----- EXERCISE INPUTS -----
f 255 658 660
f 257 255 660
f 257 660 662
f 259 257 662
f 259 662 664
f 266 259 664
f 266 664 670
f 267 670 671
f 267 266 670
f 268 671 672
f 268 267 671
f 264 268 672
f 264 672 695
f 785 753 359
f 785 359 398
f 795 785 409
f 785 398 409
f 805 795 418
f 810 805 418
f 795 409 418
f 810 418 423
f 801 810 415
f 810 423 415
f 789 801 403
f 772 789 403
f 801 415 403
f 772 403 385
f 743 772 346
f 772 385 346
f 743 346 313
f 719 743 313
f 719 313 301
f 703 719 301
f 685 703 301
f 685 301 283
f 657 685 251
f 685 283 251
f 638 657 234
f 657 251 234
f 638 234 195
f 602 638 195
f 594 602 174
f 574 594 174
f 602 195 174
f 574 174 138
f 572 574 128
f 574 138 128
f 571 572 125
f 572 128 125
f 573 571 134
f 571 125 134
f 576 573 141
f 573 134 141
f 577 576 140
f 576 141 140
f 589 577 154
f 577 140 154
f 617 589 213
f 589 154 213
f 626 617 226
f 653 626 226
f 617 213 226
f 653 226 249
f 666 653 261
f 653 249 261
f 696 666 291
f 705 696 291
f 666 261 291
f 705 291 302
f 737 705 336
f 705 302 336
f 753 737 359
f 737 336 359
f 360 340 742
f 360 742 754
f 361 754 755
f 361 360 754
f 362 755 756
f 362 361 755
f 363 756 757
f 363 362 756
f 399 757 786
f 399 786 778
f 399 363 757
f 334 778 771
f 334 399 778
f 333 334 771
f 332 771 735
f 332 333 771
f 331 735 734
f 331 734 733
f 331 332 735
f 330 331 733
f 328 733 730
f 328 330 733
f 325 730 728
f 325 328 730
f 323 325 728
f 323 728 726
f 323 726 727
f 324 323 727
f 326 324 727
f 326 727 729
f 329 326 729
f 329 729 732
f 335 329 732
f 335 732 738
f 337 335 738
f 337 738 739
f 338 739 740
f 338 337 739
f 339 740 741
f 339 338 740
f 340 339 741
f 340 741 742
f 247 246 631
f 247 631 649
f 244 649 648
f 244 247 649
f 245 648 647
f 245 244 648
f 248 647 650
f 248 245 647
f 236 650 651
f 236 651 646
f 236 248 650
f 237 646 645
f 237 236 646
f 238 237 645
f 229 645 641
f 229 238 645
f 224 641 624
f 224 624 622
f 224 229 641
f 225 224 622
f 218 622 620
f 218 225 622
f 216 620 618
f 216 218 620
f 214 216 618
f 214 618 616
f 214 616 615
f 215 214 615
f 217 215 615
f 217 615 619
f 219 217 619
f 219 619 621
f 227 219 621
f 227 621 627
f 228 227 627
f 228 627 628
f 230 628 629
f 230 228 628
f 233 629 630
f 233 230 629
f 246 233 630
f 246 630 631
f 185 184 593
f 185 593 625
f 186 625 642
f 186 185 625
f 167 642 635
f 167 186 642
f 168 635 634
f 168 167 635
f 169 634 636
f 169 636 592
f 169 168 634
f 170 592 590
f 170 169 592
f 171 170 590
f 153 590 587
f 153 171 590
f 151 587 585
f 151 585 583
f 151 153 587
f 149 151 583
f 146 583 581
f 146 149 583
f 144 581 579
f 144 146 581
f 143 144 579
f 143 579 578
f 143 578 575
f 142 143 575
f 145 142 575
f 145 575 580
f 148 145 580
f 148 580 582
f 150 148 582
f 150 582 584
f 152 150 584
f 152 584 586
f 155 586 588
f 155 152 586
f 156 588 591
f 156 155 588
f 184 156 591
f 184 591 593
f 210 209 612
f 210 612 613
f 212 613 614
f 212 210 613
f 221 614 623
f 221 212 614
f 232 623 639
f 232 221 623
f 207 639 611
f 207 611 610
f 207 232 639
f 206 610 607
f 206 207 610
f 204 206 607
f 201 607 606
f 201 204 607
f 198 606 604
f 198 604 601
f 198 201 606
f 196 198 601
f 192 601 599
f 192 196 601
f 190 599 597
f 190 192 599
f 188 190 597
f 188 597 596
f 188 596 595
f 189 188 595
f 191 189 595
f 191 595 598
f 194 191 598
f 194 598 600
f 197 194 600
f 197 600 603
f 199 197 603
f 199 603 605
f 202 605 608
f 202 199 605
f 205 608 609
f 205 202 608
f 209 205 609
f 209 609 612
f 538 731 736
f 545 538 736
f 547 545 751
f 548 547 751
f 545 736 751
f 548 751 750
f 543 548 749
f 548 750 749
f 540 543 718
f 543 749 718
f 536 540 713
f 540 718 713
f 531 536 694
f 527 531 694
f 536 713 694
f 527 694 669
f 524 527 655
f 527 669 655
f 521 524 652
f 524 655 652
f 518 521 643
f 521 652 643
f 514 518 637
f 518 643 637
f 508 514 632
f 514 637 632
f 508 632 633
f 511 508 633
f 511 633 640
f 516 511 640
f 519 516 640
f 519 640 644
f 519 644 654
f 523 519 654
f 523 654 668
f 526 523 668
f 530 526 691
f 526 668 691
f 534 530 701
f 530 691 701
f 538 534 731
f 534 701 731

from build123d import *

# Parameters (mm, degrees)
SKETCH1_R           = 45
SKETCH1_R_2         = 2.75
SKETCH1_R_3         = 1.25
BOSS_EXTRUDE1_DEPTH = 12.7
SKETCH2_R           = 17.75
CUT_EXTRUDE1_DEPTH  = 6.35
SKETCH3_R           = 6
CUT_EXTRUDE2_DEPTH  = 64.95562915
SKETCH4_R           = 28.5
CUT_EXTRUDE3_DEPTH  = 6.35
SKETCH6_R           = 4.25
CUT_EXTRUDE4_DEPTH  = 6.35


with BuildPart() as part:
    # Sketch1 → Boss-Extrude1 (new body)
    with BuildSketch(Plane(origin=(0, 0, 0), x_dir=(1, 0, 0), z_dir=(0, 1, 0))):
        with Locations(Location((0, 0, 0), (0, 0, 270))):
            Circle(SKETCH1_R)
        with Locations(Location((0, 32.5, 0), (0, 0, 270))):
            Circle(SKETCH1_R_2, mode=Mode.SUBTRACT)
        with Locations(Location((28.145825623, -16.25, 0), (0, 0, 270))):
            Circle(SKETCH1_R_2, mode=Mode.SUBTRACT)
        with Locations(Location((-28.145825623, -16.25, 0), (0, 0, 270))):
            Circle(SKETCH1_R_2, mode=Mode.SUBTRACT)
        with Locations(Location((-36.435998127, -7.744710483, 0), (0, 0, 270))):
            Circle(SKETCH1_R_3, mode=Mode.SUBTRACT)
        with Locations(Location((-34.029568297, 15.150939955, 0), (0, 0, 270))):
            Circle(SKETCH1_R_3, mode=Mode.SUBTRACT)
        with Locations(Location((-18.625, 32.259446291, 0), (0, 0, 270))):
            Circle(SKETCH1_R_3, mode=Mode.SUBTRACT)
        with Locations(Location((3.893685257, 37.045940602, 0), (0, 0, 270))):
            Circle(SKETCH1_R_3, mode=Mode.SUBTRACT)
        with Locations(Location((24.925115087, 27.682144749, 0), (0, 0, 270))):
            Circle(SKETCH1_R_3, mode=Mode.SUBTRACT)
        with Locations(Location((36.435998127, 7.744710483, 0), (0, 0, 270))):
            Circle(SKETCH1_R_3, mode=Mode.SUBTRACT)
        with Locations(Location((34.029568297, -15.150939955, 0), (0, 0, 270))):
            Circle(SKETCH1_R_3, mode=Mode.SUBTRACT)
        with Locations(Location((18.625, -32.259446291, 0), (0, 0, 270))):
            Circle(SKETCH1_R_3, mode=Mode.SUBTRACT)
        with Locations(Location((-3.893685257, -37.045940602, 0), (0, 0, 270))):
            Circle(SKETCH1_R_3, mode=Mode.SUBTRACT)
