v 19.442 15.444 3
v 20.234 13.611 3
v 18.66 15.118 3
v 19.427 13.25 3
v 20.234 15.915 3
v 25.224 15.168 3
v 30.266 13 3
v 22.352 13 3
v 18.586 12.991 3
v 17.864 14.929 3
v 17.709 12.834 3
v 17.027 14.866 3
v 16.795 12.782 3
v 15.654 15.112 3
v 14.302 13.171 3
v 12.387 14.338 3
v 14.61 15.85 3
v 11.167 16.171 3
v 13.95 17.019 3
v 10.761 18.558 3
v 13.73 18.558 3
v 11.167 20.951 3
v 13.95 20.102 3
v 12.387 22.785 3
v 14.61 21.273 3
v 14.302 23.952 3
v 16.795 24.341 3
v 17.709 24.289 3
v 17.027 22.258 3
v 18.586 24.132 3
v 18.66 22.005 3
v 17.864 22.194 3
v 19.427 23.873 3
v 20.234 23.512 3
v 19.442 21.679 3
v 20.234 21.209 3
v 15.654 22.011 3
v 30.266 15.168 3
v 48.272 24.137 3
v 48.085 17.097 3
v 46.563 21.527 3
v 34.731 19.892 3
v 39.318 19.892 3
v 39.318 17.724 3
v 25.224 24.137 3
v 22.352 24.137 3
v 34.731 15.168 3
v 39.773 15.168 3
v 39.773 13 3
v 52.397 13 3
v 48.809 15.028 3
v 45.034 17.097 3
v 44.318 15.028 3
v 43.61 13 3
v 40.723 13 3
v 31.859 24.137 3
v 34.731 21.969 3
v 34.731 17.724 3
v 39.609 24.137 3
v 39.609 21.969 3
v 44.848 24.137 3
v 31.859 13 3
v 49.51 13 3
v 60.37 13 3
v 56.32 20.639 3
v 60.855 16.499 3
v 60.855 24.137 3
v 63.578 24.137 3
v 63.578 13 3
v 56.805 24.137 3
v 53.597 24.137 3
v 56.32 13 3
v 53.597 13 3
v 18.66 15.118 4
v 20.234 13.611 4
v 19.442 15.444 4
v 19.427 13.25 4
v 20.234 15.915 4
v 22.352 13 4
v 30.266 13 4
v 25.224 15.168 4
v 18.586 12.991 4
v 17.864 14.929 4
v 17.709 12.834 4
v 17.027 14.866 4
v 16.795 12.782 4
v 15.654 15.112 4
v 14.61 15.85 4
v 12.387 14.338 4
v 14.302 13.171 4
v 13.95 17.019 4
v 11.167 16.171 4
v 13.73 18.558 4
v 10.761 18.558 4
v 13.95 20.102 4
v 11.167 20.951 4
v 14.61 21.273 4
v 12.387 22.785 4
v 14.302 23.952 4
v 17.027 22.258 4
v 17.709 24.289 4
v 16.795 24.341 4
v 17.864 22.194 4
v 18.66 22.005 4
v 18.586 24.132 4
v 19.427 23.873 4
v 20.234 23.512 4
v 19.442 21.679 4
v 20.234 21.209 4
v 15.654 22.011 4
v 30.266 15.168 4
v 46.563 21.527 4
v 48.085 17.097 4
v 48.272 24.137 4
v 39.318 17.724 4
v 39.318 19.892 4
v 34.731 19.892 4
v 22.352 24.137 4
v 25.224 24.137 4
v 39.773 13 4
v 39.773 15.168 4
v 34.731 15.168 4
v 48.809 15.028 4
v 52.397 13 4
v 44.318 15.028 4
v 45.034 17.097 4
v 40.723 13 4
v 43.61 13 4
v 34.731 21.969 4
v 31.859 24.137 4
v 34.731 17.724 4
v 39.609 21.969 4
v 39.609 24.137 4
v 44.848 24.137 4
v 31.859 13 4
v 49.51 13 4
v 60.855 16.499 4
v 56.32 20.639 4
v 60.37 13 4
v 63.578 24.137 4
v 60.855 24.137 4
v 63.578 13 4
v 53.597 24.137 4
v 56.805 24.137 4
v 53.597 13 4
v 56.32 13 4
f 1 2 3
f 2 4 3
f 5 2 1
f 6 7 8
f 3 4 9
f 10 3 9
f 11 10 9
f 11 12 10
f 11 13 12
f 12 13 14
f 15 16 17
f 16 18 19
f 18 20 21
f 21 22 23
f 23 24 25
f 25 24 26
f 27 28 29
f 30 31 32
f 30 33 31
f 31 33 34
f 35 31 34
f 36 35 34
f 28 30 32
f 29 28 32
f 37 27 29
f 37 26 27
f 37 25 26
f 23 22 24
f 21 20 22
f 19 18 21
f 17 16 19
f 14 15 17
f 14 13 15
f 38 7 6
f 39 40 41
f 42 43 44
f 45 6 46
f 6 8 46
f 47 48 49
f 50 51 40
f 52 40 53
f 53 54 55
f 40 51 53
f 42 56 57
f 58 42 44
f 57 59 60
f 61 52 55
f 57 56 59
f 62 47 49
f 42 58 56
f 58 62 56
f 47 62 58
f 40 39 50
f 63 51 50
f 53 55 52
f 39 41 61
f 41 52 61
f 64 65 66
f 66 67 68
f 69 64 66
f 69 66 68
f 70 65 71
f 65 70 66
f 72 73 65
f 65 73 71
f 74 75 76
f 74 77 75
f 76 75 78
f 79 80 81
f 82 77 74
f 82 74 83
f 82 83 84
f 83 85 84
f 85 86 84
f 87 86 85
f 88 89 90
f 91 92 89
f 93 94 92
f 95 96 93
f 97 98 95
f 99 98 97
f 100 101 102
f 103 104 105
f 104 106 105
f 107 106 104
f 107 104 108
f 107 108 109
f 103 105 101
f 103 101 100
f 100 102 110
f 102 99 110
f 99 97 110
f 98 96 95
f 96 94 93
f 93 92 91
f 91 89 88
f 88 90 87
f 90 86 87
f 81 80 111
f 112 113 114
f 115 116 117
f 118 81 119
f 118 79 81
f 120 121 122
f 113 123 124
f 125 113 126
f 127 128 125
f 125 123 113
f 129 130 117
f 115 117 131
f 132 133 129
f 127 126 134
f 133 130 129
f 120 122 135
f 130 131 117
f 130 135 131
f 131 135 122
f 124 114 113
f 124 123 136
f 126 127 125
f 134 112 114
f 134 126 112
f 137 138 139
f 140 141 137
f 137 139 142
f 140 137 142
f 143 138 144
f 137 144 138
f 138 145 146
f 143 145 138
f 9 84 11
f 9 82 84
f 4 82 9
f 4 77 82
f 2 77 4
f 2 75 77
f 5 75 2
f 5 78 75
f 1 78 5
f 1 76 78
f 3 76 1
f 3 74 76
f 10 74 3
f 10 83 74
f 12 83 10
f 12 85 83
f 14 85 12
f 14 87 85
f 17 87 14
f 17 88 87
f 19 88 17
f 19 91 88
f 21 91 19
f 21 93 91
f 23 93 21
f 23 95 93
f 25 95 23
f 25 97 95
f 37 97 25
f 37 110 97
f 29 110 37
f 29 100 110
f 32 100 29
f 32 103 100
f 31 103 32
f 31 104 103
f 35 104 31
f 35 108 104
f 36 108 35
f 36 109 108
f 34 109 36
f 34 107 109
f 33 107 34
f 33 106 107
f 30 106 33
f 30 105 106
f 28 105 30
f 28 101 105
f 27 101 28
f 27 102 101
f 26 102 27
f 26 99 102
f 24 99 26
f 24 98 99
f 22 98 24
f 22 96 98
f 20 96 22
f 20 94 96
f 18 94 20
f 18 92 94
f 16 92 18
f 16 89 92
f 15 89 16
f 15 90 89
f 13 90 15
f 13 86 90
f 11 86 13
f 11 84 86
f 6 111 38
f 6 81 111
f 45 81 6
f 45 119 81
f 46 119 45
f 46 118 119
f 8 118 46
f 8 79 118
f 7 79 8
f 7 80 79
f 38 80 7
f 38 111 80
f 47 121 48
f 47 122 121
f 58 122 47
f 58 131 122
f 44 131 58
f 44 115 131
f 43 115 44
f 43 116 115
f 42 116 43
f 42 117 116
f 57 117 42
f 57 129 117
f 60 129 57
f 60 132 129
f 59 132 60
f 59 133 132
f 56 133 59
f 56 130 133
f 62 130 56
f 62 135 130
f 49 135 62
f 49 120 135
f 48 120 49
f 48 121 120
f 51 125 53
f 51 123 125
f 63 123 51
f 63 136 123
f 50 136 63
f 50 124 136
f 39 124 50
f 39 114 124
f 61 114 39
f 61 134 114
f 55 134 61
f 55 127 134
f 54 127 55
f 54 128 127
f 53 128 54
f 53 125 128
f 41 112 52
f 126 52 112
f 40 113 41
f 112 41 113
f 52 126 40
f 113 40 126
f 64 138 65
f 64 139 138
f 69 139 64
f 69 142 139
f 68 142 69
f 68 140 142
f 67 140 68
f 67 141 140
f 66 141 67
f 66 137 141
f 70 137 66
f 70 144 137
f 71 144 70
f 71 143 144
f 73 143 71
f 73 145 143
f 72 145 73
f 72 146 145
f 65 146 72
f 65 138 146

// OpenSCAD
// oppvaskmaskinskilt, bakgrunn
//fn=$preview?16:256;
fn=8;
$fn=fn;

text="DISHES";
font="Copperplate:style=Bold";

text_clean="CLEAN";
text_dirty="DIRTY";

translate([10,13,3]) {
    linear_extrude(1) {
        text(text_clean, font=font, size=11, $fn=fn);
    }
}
-----
• **TO DO**: The listing above holds a line with "v 39.773 13 4" and a line with "v 56.805 24.137 4". Print the stretch from the first through the second, exactly and alone.

• **SOLUTION FOR THIS TASK**:
v 39.773 13 4
v 39.773 15.168 4
v 34.731 15.168 4
v 48.809 15.028 4
v 52.397 13 4
v 44.318 15.028 4
v 45.034 17.097 4
v 40.723 13 4
v 43.61 13 4
v 34.731 21.969 4
v 31.859 24.137 4
v 34.731 17.724 4
v 39.609 21.969 4
v 39.609 24.137 4
v 44.848 24.137 4
v 31.859 13 4
v 49.51 13 4
v 60.855 16.499 4
v 56.32 20.639 4
v 60.37 13 4
v 63.578 24.137 4
v 60.855 24.137 4
v 63.578 13 4
v 53.597 24.137 4
v 56.805 24.137 4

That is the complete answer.